Wray, the FBI director, commented that he saw no country posing “a more severe threat to our innovation, economic security and our democratic ideas” than China. He noted that the FBI was opening a new investigation into illegal Chinese activities in the U.S. every 10 hours and that more than 2,000 such investigations were currently being conducted. He stated that there had been a 1300 percent increase in China-related investigations in the past few years.

The hearings followed the release by the Office of the Director of National Intelligence of its 2021 Annual Threat Assessment (PDF) earlier this week. The report outlined similar themes to the hearing, emphasizing among other things the growing threat posed by cyber attacks. It stated that as such attacks grew more aggressive they would be increasingly likely to impact civilian populations.

Senators probed the panel on ways that critical infrastructure and sensitive data could be better protected. They were particularly interested in ways that new legislation might help ensure that companies reported security breaches to the government in time to keep them from spreading and causing greater damage. In the same vein, they asked whether the IC would support the creation of a new mechanism to review foreign investments proposed by Sens. Bob Casey (D-PA) and John Cornyn (R-TX) to help reduce U.S. financial or technological assistance to rivals like China.

Another theme touched upon several times by Haines, Burns, and Berrier was how America’s allies and friends, notably the other so-called Five Eyes countries with whom we have the closest cooperation on intelligence matters (Australia, Canada, New Zealand, and the United Kingdom), saw similar challenges and were working together to develop new capacities and to collaborate to enhance collective security.

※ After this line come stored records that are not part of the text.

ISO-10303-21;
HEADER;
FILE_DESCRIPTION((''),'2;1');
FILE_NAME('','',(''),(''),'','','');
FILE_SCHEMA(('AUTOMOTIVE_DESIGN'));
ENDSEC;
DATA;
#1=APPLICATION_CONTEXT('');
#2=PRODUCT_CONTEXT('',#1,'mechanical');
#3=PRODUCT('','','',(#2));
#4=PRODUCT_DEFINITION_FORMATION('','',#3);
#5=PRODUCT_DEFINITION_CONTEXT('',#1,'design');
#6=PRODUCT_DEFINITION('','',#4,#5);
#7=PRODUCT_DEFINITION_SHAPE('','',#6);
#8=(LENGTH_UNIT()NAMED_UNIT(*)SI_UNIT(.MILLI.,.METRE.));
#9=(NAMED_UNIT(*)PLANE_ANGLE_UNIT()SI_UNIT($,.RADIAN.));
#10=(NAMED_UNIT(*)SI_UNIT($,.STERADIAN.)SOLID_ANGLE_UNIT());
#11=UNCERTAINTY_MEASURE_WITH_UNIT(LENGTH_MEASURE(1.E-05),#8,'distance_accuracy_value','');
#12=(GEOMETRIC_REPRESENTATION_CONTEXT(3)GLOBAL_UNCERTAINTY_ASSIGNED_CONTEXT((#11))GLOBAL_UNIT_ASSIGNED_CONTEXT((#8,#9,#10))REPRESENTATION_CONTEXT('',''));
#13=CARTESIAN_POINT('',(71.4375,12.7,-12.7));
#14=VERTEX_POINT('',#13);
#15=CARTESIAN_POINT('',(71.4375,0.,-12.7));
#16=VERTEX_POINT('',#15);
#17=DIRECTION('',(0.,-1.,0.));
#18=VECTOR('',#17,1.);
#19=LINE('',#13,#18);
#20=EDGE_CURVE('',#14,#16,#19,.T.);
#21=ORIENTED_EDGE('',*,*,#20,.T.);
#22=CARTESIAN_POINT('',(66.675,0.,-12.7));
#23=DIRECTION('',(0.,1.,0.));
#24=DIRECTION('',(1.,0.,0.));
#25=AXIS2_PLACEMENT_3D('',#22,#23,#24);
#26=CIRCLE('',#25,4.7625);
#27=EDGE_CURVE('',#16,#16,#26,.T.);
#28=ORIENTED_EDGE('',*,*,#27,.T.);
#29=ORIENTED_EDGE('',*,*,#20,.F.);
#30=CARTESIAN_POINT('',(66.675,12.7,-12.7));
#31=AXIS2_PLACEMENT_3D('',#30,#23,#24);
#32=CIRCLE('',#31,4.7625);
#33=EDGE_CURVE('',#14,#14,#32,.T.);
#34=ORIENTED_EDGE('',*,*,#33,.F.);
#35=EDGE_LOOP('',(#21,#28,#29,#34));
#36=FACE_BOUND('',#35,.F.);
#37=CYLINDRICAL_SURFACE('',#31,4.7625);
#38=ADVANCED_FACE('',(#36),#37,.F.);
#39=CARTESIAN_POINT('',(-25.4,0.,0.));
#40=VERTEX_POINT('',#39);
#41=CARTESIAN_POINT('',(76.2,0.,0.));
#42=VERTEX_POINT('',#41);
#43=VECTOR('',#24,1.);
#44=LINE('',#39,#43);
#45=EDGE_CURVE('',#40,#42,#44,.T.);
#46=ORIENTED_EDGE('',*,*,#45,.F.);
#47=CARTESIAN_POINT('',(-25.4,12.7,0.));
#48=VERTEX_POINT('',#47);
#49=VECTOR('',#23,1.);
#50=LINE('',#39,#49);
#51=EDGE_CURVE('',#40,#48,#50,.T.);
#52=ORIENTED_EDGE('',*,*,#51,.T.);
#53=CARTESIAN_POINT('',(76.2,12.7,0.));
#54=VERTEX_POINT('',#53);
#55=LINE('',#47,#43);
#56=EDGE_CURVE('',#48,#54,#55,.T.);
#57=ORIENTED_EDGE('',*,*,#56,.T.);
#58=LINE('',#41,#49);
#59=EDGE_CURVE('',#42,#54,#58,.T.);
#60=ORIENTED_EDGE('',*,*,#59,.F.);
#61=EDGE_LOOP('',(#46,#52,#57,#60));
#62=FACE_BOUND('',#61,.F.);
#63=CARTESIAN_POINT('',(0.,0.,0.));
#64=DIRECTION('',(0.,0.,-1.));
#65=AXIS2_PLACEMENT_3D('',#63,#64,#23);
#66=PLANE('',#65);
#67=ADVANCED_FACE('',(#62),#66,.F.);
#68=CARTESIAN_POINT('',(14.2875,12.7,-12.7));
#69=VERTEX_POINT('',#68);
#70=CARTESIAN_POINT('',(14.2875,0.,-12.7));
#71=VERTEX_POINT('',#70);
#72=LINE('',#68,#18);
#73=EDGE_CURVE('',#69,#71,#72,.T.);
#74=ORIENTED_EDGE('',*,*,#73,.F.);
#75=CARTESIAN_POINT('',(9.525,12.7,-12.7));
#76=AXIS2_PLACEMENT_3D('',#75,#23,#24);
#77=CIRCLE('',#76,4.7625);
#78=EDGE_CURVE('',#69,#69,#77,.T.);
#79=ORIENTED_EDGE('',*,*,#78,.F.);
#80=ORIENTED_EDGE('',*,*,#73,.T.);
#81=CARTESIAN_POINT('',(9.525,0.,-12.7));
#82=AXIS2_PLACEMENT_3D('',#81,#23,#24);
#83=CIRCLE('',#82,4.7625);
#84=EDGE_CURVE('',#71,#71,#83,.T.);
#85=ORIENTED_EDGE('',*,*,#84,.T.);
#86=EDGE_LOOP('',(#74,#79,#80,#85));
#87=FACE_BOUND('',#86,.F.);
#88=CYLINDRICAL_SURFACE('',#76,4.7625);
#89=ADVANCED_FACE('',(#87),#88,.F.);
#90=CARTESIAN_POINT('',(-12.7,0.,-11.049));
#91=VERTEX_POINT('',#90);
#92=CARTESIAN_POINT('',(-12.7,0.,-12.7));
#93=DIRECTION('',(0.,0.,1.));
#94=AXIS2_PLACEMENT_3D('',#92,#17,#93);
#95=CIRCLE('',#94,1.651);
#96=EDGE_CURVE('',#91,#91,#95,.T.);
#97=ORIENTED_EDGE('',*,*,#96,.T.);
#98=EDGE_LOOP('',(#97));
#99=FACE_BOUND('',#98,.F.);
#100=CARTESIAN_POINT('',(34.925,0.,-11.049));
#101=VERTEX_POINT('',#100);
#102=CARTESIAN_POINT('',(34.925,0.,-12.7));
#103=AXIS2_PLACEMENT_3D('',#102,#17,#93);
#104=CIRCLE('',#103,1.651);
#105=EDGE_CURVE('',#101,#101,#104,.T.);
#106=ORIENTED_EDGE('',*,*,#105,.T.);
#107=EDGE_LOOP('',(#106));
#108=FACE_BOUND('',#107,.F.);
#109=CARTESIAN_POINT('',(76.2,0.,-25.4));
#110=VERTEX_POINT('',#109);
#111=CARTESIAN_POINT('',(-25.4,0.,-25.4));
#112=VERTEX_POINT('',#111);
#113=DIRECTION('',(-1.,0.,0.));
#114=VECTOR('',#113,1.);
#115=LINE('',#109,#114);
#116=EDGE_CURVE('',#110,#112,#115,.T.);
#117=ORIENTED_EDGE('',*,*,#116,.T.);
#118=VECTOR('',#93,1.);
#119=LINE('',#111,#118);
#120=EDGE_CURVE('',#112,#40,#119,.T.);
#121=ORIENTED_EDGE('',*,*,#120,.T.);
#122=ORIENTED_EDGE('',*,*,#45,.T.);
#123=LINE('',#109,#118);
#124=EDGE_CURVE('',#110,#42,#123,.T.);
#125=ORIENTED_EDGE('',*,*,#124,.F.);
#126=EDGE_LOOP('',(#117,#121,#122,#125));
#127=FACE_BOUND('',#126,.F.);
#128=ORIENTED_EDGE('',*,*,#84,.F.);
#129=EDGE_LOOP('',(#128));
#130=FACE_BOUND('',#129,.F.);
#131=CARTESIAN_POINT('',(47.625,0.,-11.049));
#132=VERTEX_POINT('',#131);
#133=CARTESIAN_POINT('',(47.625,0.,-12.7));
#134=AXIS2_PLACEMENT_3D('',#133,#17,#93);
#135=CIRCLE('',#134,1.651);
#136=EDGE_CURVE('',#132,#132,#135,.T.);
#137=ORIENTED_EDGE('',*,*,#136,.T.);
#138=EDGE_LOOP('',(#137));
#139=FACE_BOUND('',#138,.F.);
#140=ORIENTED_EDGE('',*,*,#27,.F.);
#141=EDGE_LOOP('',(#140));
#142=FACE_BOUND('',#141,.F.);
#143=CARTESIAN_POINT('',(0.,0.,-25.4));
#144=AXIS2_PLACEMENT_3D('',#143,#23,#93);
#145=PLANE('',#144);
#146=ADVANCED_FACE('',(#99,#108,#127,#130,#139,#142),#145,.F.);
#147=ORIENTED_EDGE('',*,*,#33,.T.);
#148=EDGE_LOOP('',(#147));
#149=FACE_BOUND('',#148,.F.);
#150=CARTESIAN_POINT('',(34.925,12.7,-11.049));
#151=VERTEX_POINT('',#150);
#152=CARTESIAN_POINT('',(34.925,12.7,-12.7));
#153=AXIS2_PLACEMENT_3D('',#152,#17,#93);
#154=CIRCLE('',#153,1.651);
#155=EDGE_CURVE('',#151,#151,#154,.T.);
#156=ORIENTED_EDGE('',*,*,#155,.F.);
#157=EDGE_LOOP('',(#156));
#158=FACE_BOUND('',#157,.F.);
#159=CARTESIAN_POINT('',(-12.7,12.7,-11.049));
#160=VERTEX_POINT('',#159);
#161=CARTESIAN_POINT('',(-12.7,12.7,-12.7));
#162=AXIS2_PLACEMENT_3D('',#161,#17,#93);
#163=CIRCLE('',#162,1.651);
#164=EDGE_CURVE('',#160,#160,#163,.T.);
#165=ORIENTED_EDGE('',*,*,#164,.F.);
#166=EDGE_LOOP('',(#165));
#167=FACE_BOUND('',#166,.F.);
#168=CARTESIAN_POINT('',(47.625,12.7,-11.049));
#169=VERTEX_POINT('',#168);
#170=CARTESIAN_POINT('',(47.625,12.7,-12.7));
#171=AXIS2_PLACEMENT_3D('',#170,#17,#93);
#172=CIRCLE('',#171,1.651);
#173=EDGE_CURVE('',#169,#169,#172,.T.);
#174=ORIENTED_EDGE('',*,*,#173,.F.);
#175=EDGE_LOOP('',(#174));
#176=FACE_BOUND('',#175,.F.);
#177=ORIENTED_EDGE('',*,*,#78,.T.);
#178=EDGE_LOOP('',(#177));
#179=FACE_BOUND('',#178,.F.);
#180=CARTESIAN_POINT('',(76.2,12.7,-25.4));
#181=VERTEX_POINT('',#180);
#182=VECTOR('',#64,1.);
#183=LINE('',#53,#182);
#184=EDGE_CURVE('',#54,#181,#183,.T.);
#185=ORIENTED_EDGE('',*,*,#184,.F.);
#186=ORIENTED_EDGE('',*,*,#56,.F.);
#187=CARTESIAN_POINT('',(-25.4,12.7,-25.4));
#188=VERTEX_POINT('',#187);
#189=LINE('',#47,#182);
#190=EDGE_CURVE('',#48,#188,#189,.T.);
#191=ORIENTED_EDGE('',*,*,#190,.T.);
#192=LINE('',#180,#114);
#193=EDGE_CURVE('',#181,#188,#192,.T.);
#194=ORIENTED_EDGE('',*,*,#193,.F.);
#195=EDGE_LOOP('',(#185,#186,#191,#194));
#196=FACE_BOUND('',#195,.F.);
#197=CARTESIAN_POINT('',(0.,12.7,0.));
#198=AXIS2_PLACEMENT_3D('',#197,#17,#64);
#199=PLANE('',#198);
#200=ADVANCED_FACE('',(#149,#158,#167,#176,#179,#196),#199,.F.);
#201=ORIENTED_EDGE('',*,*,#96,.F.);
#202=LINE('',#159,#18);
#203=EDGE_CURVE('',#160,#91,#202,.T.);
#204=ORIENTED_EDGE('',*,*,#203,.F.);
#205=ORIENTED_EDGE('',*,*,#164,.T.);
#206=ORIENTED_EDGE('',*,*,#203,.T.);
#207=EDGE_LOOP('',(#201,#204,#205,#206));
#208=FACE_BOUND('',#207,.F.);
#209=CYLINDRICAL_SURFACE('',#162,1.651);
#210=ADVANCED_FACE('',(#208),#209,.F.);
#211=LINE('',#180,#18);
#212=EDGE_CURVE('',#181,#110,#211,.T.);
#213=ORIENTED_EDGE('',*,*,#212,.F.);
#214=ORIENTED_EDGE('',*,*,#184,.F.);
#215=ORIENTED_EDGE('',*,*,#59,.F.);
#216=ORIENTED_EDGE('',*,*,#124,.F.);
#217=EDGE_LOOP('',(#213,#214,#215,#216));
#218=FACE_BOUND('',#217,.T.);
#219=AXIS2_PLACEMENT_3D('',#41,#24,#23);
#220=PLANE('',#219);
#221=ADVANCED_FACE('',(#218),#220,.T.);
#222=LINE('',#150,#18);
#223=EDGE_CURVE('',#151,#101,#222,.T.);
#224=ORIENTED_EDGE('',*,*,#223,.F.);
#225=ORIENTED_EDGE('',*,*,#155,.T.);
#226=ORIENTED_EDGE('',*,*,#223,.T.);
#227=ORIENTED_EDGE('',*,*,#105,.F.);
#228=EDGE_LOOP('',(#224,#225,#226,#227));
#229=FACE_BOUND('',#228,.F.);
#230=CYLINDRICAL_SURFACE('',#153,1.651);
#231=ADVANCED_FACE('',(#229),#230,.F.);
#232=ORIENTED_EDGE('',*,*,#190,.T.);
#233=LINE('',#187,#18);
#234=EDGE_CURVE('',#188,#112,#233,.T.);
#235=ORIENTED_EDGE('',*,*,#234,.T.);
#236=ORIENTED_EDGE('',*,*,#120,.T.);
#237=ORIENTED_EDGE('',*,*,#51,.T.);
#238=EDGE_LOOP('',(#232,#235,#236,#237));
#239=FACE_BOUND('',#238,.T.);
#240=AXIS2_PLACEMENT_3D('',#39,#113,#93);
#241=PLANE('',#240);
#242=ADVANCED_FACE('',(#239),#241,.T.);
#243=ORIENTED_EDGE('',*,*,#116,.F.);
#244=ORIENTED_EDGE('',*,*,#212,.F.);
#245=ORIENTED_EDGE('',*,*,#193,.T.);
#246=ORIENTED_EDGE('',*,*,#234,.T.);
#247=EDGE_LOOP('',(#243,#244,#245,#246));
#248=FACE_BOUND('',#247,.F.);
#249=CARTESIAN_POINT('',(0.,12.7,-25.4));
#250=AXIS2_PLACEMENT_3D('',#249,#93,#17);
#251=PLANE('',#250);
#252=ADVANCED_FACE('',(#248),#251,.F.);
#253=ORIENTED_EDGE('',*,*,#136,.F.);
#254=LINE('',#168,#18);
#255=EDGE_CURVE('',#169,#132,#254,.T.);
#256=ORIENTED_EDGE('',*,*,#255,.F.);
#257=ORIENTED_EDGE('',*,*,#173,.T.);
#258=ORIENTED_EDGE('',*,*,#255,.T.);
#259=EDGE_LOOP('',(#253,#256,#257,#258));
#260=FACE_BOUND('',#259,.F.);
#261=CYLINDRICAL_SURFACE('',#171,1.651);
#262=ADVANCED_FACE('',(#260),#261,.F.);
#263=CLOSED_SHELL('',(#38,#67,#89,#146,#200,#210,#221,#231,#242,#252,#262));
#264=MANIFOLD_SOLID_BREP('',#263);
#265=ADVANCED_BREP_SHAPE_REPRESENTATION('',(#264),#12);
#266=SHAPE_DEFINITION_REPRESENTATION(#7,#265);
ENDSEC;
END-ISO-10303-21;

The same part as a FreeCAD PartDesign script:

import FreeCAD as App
import Part
import Sketcher
from FreeCAD import Vector
Q = App.Units.Quantity

doc = App.newDocument("Part")
body = doc.addObject("PartDesign::Body", "Body")

# Sketch on YZ plane
sketch1 = body.newObject("Sketcher::SketchObject", "Sketch")
sketch1.AttachmentSupport = (doc.getObject("YZ_Plane"), [""])
sketch1.MapMode = "FlatFace"
sketch1.addGeometry([
    Part.LineSegment(Vector(12.7, 0, 0), Vector(0, 0, 0)),
    Part.LineSegment(Vector(0, 0, 0), Vector(0, -25.4, 0)),
    Part.LineSegment(Vector(0, -25.4, 0), Vector(12.7, -25.4, 0)),
    Part.LineSegment(Vector(12.7, -25.4, 0), Vector(12.7, 0, 0)),
], False)
sketch1.addConstraint([
    Sketcher.Constraint("Coincident", 0, 2, 1, 1),
    Sketcher.Constraint("Coincident", 1, 2, 2, 1),
    Sketcher.Constraint("Coincident", 2, 2, 3, 1),
    Sketcher.Constraint("Coincident", 3, 2, 0, 1),
    Sketcher.Constraint("Horizontal", 0),
    Sketcher.Constraint("Vertical", 1),
    Sketcher.Constraint("Horizontal", 2),
    Sketcher.Constraint("Vertical", 3),
    Sketcher.Constraint("Coincident", 0, 2, -1, 1),
    Sketcher.Constraint("DistanceY", 1, 2, 1, 1, Q("1 in")),
    Sketcher.Constraint("DistanceX", 0, 2, 0, 1, Q("0.5 in")),
])
pad1 = body.newObject("PartDesign::Pad", "Pad")
pad1.Profile = sketch1
pad1.Length = Q("3 in")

Underlying the questions about the need for new laws and for greater public-private partnership were points made by both questioners and the IC about the need to protect privacy and to work within the constraints we face as a society that values openness and seeks to resist government over-reach into the affairs of citizens or businesses.

In these exchanges an essential tension was revealed. Our principal rival and our greatest threats in this new era come from authoritarian states where privacy rights do not exist and openness is not a concern. They can demand their citizens and companies comply with government directives. Our greatest strength in competing such states is the fact that we and our allies are democracies and value individual rights.

During the Cold War, our Soviet adversaries were defeated in part because closed societies could not compete in global markets that depended on the free flow of information. Now, in this new era, it seems to be the case that our rivals may seek to turn the tables against us. In an era of “grey zone conflicts” of the type that the Annual Threat Assessment warned would increase—like the non-shooting, low-risk, hard to trace exchanges of cyberattacks—we might be at a disadvantage unless we can find effective ways to defend ourselves without violating our values.

That will entail new forms of international cooperation and new initiatives in public private cooperation. It will require a new understanding of threats and a remaking of our capabilities. (Burns noted that one-third of CIA employees are now working the cyber realm.). If new laws are required, writing them will require walking a fine line between security needs and respect for individual liberties. The threats will evolve rapidly as do new technologies—both here on earth and in space. In all these things, we will be forced to contend with a powerful rival with ever growing diverse capabilities.

In short, reading the Annual Threat Assessment and listening to these hearings, it is clear we are entering a new chapter in our foreign policy and national security history. It will require, as at the end of World War II, a top-to-bottom rethinking of how we remain secure and lead in a new era. What was striking listening to the Senate Intelligence Committee hearings was that in a period of such profound political strife in America, there was such clear bipartisan agreement that we are at a pivotal and demanding moment.